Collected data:
********************

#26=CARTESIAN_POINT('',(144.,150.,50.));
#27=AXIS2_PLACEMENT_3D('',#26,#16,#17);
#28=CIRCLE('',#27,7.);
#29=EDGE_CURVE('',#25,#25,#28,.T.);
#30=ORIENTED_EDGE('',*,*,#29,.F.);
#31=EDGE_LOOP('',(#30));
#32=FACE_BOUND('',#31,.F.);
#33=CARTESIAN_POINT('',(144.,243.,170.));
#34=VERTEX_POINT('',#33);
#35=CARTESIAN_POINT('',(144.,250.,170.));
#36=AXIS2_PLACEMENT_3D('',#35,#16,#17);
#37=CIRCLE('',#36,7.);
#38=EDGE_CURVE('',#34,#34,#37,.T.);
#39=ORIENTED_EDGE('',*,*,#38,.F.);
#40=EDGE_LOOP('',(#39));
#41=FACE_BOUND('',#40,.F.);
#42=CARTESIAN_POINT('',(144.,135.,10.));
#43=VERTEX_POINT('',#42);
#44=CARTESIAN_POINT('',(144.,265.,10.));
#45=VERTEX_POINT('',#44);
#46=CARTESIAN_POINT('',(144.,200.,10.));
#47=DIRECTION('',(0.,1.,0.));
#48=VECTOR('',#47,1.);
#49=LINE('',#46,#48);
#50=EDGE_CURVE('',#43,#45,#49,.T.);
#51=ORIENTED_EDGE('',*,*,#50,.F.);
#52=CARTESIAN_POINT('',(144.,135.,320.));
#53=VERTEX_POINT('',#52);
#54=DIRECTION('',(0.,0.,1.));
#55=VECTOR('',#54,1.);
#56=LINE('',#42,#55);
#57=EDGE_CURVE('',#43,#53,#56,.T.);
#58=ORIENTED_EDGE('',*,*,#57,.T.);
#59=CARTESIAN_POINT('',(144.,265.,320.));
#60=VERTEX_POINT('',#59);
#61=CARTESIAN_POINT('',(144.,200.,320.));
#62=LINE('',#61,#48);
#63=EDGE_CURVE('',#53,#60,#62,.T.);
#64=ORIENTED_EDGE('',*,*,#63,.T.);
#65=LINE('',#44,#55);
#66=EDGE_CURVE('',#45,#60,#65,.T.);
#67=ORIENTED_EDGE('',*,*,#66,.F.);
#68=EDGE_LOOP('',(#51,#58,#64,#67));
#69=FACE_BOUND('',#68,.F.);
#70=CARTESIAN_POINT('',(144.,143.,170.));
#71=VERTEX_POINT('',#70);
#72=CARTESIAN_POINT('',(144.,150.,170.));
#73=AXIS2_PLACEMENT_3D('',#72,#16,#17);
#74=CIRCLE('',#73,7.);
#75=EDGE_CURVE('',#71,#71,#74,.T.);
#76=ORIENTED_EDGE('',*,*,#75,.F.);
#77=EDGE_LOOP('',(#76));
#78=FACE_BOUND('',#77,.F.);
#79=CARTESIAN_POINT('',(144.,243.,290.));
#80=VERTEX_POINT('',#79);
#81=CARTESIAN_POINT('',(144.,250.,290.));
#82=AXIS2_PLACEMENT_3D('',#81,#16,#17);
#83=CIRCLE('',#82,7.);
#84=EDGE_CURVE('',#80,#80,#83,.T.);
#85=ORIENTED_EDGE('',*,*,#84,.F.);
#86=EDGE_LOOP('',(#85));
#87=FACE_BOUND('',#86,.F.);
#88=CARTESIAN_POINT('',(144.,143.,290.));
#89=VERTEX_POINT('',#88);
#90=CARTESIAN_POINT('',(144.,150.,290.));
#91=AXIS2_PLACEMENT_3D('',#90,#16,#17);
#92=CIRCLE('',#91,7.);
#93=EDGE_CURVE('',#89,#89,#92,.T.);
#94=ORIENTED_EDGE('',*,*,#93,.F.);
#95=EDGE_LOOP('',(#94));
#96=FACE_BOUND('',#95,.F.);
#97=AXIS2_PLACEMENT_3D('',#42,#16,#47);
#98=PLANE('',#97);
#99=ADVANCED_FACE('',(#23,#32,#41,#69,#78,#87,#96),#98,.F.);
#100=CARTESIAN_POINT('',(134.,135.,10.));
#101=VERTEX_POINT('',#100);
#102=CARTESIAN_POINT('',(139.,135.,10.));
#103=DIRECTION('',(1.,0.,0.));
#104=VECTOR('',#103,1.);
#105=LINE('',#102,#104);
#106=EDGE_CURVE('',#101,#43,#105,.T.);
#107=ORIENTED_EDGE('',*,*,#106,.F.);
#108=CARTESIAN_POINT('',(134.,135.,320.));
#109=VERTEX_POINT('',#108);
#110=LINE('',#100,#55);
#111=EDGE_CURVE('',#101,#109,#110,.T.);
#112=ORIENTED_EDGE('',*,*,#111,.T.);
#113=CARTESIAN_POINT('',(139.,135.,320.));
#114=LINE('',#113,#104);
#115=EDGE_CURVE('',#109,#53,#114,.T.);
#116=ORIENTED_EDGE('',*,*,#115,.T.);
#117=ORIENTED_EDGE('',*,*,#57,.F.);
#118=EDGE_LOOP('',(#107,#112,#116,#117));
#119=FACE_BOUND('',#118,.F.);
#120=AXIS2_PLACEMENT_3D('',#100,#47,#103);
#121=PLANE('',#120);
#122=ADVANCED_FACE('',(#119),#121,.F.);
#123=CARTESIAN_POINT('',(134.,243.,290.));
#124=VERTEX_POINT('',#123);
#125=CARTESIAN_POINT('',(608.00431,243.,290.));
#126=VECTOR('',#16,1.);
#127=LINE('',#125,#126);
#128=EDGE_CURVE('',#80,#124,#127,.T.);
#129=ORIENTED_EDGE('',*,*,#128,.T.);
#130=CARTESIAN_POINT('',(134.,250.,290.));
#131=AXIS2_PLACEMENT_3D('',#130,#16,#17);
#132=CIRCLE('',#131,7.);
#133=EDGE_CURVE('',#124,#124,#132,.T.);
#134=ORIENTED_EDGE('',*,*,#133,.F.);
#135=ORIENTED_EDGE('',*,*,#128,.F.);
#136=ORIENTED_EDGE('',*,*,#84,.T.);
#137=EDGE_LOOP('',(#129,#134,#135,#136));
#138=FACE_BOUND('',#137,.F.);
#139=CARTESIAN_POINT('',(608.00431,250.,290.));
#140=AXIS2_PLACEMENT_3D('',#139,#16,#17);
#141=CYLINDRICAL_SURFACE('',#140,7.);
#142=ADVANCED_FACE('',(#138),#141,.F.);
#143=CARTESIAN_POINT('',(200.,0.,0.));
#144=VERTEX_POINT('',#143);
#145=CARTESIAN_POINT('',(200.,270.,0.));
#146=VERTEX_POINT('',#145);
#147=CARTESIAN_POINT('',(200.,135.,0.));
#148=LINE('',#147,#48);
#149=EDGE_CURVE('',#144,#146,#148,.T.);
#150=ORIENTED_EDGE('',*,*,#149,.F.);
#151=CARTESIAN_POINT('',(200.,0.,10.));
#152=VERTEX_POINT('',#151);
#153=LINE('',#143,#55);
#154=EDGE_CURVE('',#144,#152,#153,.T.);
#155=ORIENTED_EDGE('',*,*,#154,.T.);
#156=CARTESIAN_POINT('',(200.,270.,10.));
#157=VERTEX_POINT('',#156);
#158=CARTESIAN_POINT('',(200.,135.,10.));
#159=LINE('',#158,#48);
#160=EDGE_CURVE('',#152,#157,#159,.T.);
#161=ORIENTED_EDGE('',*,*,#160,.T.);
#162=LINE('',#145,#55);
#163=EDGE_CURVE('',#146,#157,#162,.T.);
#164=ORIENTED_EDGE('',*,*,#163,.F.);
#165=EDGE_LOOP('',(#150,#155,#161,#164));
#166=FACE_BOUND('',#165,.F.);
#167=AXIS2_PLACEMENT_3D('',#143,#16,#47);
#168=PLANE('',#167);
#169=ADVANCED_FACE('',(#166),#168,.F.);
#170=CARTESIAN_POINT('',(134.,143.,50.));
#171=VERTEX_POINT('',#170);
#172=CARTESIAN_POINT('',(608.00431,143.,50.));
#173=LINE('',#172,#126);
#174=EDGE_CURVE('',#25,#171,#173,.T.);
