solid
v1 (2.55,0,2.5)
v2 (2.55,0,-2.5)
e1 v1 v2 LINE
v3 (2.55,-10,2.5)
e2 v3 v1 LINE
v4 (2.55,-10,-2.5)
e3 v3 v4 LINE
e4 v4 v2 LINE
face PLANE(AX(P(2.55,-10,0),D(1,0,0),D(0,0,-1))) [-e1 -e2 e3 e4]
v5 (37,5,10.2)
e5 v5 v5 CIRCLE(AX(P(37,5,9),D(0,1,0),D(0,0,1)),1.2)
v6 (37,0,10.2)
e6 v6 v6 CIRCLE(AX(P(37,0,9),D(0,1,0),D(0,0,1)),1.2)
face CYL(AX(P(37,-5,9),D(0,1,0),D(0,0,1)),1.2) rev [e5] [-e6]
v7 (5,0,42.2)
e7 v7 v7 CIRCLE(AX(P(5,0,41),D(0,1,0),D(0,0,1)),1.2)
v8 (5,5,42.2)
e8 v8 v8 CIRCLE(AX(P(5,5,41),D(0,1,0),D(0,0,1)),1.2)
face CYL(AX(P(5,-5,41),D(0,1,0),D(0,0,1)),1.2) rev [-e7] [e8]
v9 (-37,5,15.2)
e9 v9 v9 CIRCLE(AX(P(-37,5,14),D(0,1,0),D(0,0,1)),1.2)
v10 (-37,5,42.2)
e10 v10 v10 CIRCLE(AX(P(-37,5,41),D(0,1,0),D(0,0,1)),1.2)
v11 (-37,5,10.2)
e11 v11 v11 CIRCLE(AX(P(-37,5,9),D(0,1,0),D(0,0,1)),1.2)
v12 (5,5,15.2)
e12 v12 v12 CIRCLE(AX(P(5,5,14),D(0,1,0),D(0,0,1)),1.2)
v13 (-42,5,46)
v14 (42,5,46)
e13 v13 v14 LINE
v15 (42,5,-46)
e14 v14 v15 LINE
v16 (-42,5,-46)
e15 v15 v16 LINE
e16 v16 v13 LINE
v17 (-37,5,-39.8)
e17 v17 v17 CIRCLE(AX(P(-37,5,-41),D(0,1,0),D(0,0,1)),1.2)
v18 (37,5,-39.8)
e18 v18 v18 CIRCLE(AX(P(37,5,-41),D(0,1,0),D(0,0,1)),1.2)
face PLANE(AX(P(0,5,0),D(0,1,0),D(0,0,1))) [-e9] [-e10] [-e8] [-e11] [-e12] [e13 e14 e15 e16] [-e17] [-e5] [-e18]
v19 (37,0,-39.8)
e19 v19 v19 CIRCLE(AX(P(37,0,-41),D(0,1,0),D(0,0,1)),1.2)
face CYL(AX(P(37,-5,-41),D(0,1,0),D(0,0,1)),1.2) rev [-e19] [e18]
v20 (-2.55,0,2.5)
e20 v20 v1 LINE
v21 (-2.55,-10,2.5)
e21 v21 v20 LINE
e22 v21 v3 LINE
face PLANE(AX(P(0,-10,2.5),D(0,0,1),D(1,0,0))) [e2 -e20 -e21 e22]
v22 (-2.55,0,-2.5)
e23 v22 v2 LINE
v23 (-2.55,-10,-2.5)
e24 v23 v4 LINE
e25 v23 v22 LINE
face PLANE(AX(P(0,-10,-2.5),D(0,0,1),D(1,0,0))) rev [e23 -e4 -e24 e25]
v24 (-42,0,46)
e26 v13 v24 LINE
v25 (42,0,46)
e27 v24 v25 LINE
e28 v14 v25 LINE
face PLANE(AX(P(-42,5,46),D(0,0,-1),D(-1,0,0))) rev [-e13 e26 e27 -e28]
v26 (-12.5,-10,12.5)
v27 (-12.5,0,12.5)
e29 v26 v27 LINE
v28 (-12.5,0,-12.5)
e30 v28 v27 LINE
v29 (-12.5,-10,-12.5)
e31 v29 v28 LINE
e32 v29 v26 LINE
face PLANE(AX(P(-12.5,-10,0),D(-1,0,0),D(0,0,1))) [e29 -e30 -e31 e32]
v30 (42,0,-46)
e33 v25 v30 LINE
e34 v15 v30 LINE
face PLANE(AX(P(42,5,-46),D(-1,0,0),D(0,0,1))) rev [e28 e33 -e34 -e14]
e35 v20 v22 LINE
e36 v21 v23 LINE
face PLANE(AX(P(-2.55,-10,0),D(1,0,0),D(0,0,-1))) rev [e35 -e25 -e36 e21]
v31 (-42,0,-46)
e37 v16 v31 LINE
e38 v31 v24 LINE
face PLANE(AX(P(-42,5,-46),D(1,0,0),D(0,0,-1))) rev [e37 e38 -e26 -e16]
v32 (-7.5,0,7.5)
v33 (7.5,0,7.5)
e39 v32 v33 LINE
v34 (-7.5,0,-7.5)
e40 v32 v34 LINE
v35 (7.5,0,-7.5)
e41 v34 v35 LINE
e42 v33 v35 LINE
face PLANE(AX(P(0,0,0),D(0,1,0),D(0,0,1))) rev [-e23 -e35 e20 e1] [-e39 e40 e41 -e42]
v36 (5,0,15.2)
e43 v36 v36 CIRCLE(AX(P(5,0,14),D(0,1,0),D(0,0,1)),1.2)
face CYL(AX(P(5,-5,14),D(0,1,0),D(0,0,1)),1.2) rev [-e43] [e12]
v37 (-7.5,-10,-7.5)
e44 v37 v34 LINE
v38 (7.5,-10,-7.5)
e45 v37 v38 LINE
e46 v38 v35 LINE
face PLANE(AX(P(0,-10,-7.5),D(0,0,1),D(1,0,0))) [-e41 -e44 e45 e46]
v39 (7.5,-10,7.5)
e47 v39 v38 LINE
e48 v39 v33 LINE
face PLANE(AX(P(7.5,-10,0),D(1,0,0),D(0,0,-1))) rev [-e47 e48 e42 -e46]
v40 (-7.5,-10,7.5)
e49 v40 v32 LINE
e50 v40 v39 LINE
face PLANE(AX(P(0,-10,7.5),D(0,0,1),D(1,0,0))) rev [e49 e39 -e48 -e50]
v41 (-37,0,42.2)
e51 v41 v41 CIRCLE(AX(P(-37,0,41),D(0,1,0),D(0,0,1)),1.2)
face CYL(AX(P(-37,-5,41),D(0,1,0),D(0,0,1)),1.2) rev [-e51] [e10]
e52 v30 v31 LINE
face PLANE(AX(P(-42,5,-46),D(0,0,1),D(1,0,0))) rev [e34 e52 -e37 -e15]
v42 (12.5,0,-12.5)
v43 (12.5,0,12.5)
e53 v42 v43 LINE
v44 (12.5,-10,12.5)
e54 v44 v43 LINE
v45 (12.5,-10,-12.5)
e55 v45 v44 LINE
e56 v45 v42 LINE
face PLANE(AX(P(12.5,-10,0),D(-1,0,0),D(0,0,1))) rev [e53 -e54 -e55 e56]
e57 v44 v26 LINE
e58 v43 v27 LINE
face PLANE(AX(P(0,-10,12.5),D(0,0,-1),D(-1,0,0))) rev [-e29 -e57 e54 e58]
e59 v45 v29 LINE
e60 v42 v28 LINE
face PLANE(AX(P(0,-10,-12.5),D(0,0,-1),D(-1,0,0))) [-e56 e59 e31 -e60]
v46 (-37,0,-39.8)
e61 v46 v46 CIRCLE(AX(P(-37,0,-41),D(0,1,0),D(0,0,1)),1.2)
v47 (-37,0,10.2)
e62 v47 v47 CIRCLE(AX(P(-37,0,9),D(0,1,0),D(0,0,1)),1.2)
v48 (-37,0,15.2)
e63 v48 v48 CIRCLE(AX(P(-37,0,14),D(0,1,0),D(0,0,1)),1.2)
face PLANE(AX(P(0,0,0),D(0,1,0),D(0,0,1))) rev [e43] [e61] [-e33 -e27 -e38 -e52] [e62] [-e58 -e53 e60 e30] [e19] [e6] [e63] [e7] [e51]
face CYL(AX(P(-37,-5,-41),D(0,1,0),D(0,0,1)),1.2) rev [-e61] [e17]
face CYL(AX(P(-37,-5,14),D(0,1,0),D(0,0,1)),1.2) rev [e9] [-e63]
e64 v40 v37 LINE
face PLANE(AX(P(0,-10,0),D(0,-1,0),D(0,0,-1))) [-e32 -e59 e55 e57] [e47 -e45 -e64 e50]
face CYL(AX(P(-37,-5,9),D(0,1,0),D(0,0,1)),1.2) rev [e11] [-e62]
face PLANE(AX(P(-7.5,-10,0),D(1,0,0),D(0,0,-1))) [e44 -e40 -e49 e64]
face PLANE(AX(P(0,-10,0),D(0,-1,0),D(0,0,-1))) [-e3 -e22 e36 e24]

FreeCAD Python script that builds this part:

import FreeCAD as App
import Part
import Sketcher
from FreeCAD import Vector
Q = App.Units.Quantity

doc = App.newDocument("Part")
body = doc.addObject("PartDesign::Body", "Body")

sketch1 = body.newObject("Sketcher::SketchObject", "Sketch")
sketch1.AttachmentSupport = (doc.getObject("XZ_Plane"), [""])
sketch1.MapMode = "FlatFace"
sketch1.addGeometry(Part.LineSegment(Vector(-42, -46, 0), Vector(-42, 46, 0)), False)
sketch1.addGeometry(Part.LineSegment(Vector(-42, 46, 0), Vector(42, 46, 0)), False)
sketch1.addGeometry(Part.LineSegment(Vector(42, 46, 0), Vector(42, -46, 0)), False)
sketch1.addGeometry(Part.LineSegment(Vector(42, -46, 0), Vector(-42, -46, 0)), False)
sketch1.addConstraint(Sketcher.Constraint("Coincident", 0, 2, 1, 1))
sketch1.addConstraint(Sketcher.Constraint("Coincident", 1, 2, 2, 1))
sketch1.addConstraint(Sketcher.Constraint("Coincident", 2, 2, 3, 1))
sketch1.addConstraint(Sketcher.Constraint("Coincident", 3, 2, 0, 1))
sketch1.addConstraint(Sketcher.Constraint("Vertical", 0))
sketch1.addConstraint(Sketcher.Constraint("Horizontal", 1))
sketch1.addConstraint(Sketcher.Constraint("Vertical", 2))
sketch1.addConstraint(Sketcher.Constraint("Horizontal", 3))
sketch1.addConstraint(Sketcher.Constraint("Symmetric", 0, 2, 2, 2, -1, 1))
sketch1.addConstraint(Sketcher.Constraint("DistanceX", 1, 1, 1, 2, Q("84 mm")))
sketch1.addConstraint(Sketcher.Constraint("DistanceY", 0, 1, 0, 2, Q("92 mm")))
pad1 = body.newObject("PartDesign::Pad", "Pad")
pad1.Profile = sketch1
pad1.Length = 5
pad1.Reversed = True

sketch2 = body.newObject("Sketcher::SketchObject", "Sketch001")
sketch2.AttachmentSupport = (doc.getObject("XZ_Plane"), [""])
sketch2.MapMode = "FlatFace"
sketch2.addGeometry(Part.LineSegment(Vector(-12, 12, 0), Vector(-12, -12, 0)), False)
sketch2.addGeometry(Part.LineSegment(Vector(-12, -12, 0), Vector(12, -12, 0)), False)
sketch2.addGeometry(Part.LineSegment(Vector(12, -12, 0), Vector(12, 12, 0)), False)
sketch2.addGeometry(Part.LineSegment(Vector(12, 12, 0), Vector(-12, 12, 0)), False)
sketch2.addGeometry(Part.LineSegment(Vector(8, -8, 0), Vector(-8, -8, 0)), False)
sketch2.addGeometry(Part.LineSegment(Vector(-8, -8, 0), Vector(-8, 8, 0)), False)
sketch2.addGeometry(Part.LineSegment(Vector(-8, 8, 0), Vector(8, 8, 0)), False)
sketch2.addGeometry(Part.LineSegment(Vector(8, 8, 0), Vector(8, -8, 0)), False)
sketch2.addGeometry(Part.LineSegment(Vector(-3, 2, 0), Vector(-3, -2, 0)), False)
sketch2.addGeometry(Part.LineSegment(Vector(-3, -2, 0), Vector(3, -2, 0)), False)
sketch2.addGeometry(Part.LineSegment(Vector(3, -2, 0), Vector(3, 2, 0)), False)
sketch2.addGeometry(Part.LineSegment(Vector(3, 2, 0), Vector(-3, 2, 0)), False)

********************

- _What is expected_: Only the lines above starting with the one with "v8 (5,5,42.2)" and going through the one with "v12 (5,5,15.2)" are to be copied, word for word and with both ends kept.

- _Response to this task_:
v8 (5,5,42.2)
e8 v8 v8 CIRCLE(AX(P(5,5,41),D(0,1,0),D(0,0,1)),1.2)
face CYL(AX(P(5,-5,41),D(0,1,0),D(0,0,1)),1.2) rev [-e7] [e8]
v9 (-37,5,15.2)
e9 v9 v9 CIRCLE(AX(P(-37,5,14),D(0,1,0),D(0,0,1)),1.2)
v10 (-37,5,42.2)
e10 v10 v10 CIRCLE(AX(P(-37,5,41),D(0,1,0),D(0,0,1)),1.2)
v11 (-37,5,10.2)
e11 v11 v11 CIRCLE(AX(P(-37,5,9),D(0,1,0),D(0,0,1)),1.2)
v12 (5,5,15.2)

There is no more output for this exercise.